-- PROMPT --
Would you repeat exactly the part of the listing below that runs from the line containing "f 98 88 271" down to the line containing "f 305 306 308", inclusive, and nothing else?

-- DATA SUPPLIED --
BEGIN
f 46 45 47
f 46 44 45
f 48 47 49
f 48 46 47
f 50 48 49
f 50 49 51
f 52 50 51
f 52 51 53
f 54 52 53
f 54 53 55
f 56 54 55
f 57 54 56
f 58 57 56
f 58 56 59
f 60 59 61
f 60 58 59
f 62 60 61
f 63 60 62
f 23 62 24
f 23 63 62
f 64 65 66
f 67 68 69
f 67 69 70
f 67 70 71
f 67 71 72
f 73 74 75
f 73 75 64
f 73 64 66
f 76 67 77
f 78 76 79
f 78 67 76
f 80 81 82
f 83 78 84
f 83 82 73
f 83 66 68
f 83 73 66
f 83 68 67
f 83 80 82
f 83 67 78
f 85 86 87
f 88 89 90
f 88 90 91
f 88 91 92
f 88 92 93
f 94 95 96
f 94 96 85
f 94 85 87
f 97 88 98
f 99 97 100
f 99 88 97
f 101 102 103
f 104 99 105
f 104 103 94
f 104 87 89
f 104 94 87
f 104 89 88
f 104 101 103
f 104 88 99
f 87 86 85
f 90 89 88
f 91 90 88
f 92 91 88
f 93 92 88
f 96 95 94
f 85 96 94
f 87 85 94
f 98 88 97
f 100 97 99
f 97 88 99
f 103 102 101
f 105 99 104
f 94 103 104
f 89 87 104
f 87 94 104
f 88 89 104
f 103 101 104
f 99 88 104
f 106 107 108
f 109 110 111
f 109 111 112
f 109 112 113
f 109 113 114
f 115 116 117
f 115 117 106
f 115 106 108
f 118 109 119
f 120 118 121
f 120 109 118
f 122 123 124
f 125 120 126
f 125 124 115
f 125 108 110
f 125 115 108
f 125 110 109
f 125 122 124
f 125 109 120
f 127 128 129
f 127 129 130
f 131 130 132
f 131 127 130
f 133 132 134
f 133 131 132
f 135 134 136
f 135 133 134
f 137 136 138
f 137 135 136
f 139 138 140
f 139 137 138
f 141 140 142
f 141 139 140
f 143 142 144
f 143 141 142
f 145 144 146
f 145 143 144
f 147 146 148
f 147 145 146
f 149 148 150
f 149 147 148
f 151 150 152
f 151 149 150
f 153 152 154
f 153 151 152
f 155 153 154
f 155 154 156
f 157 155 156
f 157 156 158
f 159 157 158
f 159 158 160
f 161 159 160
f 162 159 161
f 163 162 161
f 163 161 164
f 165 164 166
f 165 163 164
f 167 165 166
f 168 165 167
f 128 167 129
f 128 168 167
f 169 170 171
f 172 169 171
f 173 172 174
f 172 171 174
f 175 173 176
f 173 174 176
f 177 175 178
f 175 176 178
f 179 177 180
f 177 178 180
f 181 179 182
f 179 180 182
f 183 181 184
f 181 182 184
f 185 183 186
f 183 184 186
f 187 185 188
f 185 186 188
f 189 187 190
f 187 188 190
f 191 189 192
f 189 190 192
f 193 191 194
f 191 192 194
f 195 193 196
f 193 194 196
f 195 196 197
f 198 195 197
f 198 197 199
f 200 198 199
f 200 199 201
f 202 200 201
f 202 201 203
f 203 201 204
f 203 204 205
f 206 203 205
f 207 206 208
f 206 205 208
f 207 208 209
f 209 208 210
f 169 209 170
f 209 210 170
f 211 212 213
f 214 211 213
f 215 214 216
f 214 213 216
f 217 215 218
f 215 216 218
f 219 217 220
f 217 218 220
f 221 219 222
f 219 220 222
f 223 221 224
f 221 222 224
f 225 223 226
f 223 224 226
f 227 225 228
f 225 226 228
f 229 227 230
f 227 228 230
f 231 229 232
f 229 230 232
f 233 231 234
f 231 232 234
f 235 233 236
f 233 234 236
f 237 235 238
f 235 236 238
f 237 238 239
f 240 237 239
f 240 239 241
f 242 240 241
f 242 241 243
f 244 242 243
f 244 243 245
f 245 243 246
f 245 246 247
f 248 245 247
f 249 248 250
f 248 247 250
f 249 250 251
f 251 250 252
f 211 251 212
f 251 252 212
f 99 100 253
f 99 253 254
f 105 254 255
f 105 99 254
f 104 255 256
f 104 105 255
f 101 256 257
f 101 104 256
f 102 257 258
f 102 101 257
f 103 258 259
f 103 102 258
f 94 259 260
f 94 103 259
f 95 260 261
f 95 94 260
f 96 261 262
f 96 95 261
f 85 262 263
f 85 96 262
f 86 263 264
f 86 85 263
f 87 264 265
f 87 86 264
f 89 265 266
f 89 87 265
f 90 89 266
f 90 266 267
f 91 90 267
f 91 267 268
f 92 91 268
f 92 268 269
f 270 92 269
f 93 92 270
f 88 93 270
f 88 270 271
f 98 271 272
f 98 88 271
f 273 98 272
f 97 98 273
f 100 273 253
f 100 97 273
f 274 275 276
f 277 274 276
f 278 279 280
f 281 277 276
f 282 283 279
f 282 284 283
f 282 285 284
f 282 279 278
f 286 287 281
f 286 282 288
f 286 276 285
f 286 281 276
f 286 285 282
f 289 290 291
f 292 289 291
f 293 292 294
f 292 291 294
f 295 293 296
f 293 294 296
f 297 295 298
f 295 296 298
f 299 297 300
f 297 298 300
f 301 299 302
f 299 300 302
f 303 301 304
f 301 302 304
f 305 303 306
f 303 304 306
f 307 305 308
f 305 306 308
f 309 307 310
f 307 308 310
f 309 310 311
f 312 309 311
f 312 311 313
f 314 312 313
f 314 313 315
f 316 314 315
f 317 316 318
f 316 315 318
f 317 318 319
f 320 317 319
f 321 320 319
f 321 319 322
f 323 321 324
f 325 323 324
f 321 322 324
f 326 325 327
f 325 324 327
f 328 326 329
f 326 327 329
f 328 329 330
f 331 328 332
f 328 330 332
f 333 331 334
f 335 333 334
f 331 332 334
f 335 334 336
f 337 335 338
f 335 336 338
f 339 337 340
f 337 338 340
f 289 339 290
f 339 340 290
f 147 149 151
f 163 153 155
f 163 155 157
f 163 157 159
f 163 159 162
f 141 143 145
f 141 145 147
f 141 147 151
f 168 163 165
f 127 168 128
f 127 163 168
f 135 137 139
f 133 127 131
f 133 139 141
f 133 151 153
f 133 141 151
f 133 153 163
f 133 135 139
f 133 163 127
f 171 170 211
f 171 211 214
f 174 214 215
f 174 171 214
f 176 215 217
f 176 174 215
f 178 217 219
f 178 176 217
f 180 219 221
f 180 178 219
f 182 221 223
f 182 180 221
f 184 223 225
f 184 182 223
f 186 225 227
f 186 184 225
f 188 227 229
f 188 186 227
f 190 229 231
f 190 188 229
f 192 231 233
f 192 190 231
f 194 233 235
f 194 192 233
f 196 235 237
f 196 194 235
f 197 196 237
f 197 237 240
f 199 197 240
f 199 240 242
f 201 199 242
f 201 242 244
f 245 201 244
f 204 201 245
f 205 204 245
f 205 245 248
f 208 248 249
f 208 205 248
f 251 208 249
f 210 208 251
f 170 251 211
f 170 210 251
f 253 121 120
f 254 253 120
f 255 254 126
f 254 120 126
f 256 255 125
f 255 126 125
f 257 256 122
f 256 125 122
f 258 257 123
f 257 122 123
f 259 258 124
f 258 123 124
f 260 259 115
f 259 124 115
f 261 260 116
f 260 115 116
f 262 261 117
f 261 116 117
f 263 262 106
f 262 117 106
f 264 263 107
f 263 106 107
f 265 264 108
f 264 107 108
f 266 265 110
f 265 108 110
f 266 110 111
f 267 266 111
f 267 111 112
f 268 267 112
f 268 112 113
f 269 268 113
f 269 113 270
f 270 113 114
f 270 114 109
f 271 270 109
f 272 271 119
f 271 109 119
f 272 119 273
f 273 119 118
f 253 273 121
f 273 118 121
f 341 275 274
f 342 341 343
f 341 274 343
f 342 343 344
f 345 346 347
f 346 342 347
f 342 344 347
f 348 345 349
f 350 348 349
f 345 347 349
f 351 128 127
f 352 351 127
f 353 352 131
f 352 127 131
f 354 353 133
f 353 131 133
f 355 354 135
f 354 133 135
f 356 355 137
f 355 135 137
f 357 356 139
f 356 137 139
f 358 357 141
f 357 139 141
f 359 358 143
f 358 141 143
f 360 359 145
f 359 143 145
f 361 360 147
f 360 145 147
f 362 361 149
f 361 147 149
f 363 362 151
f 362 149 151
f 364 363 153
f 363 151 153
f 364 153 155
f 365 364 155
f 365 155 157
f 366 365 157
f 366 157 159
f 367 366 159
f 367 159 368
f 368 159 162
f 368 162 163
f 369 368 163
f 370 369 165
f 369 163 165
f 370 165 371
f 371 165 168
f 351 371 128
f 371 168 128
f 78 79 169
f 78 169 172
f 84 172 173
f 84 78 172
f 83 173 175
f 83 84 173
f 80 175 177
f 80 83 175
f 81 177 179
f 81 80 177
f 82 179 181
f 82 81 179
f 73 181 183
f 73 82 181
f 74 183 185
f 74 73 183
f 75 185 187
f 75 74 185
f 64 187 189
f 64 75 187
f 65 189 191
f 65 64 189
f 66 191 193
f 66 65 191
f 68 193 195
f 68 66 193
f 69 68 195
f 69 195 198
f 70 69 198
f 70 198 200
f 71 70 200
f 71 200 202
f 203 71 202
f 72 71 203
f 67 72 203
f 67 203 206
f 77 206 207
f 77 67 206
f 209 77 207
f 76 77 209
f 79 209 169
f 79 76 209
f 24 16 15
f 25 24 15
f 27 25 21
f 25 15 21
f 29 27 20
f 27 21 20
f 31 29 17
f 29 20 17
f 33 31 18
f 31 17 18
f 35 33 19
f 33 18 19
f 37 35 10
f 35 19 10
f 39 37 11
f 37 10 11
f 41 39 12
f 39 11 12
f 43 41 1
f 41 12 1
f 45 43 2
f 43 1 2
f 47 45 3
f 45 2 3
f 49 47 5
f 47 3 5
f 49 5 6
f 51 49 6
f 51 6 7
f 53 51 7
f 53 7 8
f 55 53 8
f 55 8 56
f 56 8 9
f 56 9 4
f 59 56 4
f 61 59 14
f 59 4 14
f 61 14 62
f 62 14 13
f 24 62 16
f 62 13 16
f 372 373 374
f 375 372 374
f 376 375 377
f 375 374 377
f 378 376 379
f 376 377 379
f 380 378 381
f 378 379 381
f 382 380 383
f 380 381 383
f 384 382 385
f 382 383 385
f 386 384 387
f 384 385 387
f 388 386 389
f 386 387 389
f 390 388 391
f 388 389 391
END
-- WRITTEN ANSWER --
f 98 88 271
f 273 98 272
f 97 98 273
f 100 273 253
f 100 97 273
f 274 275 276
f 277 274 276
f 278 279 280
f 281 277 276
f 282 283 279
f 282 284 283
f 282 285 284
f 282 279 278
f 286 287 281
f 286 282 288
f 286 276 285
f 286 281 276
f 286 285 282
f 289 290 291
f 292 289 291
f 293 292 294
f 292 291 294
f 295 293 296
f 293 294 296
f 297 295 298
f 295 296 298
f 299 297 300
f 297 298 300
f 301 299 302
f 299 300 302
f 303 301 304
f 301 302 304
f 305 303 306
f 303 304 306
f 307 305 308
f 305 306 308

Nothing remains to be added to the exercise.